Run controls & progress
- Skipping a pending request stops it immediately instead of hanging for tens of seconds, with no skip-state flicker.
- The progress bar no longer freezes at "N/N" after pause/resume; the elapsed timer ticks smoothly.
Diagnostics
- Attestation failures now show the full trace instead of a one-line message.
Onboarding
- A bundled key + name-only Easy Wizard lets new users start without manual key entry.
What's new since v0.1.41
Pipeline
- Faster first results — extraction emits a small first batch early instead of waiting for the full corpus split, so the first facts and entities surface sooner on big vaults.
- Deterministic dedupe — same vault, same model, same outputs: dedupe now uses a total-order alias key with a pinned
PYTHONHASHSEED, removing run-to-run shuffle in entity merges.
- WhatsApp / per-doc token brake — the shared token brake is enforced as a true ceiling on WhatsApp-style per-doc splits, so chat-log vaults no longer overshoot it.
Chatbot
- Chat bar redesign — shared two-line dropdown for model/mode, clickable
[N] markers in message bodies that jump to the cited reference, and references display with dates.
- LOOKUP protocol scoped to the decision turn — fresh lookups happen only when the chatbot is deciding what to fetch, not on every follow-up; the no-reuse rule was hardened so the same chunk isn't pulled twice.
UI
- Product icon in the chatbot and header — the BaseVault mark (black rounded square + emerald dot) now sits in the chatbot bar and the landing-page header.
- Entities grouped by type — in the run-details tree, entities are bucketed by type (person, place, org, …) so the list is scannable on dense runs.
- Progress bar — embeddings as one unit — the embeddings stage is a single collective progress unit rather than per-call rows; aborted calls are excluded from the in-flight count.
- Progress bar — live running time — the "running" timer ticks live and matches the "elapsed" formatter (h/m/s) instead of freezing at snapshot time.
- Live wait time on in-flight calls — the run-details view shows each pending call's wait time live, while the call is still waiting on the model.
Internals
- Launch trace coalescing — per-line trace emission is gated, runs polling is merged into the coalescer, and per-tick trace markers are demoted; launch traces are quieter and cheaper on large vaults.
What's new since v0.1.40
Privacy
- Content-free diagnostics — shareable diagnostic exports are routed through a single guarded emitter that is, by construction, incapable of including file contents or prompt text. Earlier exports already avoided content; this release proves it structurally rather than relying on per-call discipline.
What's new since v0.1.39
Chatbot
- Conversation picker — chats now live in per-conversation directories with rename support and last-activity ordering, so you can keep multiple threads side by side.
- Less-resistant persona — questions "about the user" trigger a fresh lookup instead of being deflected; LOOKUP is the default when the answer isn't already in-context.
- Reasoning toggle now wired through — the chatbot's reasoning switch actually controls inference (it didn't before); the dead rerank toggle was removed.
- Per-message copy button — each message has its own copy action, and each resources block is labeled with the source it came from.
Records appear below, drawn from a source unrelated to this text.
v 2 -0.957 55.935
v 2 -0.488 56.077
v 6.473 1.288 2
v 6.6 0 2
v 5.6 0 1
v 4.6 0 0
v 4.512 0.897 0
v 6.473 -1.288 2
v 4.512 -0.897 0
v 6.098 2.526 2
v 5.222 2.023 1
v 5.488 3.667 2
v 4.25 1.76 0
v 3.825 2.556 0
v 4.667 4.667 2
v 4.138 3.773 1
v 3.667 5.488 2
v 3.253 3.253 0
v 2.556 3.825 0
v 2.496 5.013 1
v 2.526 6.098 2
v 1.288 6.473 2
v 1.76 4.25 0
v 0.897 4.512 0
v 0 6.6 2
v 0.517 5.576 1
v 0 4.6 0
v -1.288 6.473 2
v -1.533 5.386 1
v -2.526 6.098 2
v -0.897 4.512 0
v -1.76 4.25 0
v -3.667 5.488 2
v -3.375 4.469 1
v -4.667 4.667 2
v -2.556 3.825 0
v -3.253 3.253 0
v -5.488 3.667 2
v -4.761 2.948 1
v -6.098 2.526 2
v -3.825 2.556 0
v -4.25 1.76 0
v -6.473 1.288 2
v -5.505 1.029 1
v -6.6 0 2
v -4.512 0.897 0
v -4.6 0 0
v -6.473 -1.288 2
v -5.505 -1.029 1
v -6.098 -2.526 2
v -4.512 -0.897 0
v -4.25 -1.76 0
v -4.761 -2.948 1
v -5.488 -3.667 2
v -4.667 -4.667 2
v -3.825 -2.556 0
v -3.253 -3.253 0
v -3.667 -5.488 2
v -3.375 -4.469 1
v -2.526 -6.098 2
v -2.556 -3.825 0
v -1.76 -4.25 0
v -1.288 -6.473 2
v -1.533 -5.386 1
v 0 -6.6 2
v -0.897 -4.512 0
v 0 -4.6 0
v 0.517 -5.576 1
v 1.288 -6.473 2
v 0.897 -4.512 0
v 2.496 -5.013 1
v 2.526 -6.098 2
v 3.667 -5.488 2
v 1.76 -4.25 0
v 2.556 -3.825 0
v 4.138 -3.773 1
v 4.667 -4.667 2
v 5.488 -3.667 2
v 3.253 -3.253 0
- Citations pinned to the run — a chat message's citations always reference the run that produced them, even after later runs change the underlying data.
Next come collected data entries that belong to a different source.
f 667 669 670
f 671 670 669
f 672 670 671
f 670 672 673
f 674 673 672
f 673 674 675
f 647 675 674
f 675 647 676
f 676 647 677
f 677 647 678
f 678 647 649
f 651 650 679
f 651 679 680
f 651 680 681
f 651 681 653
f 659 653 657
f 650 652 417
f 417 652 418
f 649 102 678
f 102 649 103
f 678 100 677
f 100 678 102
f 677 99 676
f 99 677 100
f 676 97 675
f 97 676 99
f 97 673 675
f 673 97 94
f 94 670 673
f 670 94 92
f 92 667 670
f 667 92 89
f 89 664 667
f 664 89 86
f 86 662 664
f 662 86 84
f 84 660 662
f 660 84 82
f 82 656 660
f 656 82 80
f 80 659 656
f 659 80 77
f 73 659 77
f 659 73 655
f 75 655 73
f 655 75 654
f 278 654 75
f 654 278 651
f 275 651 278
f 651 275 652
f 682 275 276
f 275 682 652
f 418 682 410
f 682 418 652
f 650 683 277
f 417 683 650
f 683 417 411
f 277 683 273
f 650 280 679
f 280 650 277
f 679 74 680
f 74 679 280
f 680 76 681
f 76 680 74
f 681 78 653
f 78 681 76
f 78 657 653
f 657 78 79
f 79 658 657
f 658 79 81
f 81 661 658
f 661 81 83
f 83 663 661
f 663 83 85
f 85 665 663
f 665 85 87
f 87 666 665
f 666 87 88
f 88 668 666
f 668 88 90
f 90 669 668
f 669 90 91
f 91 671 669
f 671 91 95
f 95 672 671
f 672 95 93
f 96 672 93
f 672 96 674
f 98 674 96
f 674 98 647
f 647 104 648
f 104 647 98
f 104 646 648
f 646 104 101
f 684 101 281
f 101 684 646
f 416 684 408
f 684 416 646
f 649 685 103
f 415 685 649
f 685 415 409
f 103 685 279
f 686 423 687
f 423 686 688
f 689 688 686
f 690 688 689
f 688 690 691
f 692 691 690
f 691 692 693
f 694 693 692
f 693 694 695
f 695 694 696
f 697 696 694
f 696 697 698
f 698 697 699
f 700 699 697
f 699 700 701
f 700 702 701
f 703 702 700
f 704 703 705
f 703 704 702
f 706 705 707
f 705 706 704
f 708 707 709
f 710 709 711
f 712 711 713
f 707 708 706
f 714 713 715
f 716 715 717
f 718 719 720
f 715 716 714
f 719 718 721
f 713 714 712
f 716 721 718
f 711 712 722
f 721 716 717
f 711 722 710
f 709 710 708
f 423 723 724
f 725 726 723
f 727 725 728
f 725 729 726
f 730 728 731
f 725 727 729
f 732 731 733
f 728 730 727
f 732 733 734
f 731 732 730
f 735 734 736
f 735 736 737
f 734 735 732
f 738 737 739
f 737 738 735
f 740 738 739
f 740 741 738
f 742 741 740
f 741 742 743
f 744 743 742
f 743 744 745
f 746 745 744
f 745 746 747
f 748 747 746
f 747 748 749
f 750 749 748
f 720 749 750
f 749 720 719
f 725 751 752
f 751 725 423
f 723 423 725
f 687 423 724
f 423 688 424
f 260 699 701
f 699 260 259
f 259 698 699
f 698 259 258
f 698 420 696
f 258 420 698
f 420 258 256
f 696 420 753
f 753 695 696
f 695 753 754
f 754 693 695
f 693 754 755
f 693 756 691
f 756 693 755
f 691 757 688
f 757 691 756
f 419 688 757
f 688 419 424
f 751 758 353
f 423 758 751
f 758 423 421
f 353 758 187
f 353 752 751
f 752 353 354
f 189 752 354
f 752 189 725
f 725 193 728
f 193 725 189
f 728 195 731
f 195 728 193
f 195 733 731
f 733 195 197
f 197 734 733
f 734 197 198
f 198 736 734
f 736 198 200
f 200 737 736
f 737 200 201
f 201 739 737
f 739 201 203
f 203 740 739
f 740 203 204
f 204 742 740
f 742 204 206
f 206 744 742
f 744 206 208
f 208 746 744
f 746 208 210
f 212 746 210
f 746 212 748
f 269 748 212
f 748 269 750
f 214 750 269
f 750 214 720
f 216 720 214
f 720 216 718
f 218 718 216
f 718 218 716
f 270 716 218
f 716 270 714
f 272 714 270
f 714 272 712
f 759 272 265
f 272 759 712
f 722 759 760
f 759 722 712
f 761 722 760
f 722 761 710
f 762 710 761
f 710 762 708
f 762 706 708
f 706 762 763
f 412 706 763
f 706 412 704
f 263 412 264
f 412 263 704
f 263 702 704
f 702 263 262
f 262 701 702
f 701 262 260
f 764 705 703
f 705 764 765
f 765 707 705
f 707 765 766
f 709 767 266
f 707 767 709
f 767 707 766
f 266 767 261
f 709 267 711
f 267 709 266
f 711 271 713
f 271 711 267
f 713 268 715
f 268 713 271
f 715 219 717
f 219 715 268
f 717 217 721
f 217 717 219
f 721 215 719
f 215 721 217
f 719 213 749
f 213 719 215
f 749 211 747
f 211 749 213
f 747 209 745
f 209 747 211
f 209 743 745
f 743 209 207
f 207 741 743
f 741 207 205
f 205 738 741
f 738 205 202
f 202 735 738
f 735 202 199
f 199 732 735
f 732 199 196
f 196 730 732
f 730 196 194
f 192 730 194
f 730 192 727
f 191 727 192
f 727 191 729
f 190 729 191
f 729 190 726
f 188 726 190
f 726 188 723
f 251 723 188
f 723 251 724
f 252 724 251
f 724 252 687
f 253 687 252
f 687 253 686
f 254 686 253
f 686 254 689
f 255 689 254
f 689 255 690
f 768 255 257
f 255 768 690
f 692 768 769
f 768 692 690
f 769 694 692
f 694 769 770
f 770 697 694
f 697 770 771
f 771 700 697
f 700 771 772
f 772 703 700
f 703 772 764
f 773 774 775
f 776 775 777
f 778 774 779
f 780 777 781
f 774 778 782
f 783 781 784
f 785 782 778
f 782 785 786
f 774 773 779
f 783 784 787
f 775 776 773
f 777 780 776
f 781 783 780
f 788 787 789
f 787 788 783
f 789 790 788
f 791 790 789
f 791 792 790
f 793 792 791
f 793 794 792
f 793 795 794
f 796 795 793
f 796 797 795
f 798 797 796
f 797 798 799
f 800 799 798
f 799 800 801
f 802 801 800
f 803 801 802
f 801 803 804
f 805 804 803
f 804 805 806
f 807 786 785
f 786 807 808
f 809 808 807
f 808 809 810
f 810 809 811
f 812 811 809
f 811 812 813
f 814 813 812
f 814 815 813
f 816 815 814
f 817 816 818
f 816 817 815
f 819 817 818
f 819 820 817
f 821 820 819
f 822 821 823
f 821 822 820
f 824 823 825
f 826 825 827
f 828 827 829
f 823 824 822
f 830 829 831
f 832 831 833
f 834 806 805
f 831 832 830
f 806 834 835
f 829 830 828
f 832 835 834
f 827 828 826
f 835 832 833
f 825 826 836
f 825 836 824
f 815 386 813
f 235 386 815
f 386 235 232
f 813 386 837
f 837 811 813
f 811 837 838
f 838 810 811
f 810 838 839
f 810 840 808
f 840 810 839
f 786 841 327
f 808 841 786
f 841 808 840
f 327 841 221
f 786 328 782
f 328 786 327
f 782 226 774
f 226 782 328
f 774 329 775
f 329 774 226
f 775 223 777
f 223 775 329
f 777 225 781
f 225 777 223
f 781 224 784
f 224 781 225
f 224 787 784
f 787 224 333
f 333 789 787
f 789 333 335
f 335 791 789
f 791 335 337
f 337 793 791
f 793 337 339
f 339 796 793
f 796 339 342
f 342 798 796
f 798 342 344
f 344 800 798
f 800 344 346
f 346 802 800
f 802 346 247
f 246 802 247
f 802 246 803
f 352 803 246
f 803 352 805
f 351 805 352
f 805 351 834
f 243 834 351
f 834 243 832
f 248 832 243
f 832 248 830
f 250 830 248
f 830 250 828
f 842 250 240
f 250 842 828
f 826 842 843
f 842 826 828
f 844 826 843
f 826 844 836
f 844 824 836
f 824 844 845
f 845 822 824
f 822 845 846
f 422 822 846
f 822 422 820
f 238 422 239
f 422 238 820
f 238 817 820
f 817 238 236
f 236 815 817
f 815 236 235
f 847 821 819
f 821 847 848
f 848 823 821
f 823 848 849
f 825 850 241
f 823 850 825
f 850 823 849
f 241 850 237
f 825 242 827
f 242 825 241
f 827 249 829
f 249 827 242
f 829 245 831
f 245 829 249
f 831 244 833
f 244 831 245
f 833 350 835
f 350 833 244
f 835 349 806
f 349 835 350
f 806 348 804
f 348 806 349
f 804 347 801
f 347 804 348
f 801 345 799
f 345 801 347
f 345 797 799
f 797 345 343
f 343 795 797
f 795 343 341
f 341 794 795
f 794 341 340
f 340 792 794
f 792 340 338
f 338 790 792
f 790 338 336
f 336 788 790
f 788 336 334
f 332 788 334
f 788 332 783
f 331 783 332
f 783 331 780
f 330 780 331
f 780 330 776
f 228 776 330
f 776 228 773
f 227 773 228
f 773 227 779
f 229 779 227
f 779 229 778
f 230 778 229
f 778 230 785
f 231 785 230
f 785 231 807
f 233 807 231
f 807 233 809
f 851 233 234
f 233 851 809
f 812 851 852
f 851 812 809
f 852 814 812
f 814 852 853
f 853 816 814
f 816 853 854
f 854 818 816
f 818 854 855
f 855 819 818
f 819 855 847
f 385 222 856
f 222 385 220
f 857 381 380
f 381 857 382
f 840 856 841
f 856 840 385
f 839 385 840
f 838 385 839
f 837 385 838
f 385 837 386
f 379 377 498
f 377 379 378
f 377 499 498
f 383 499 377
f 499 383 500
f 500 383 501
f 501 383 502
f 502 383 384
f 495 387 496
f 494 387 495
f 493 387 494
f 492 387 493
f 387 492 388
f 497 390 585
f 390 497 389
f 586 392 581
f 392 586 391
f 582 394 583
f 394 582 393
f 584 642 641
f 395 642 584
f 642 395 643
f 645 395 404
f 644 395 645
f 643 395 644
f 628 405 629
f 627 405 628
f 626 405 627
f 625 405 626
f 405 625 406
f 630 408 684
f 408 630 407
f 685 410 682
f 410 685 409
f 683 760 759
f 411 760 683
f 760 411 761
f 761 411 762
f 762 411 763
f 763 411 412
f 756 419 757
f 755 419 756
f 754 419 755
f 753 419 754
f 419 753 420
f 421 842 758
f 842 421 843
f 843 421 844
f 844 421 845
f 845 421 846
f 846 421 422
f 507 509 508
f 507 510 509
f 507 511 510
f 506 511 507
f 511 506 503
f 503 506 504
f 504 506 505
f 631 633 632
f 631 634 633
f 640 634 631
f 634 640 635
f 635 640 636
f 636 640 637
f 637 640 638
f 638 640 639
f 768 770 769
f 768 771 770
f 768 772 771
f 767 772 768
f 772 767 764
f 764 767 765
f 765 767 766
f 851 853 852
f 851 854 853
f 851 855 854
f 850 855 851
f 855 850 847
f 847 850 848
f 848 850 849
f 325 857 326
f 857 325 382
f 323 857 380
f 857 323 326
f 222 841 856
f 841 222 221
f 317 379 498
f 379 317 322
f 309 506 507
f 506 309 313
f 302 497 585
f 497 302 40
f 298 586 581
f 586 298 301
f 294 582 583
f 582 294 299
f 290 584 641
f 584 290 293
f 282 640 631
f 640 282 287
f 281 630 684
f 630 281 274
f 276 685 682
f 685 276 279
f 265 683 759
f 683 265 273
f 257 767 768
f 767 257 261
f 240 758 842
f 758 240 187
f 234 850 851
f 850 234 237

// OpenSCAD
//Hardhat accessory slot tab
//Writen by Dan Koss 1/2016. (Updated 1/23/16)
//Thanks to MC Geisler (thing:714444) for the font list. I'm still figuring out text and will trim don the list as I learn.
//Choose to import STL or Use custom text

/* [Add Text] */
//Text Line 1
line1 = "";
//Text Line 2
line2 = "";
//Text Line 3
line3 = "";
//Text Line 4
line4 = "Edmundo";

- Citation parity across hops — clicking a citation highlights the entity (with fade) on any hop, and highlights the whole chunk in the source view; chunker tuned to 512/64.
RAG
- Fail-closed retriever — chunkless and resumed runs no longer silently retrieve zero chunks; the retriever now fails loudly instead of returning empty.
Reliability
- Startup "Attestation Failed" fixed — an intermittent sigstore TUF symlink race on first launch is serialized away.
Trust chain
- Attestation call sites consolidated — verification now happens at exactly three sanctioned points in the inference path; scattered ad-hoc checks were removed.
Identifiers
- Stable 4-letter IDs — run IDs are now stable across restarts, and the same scheme was extended to chats so threads have durable IDs too.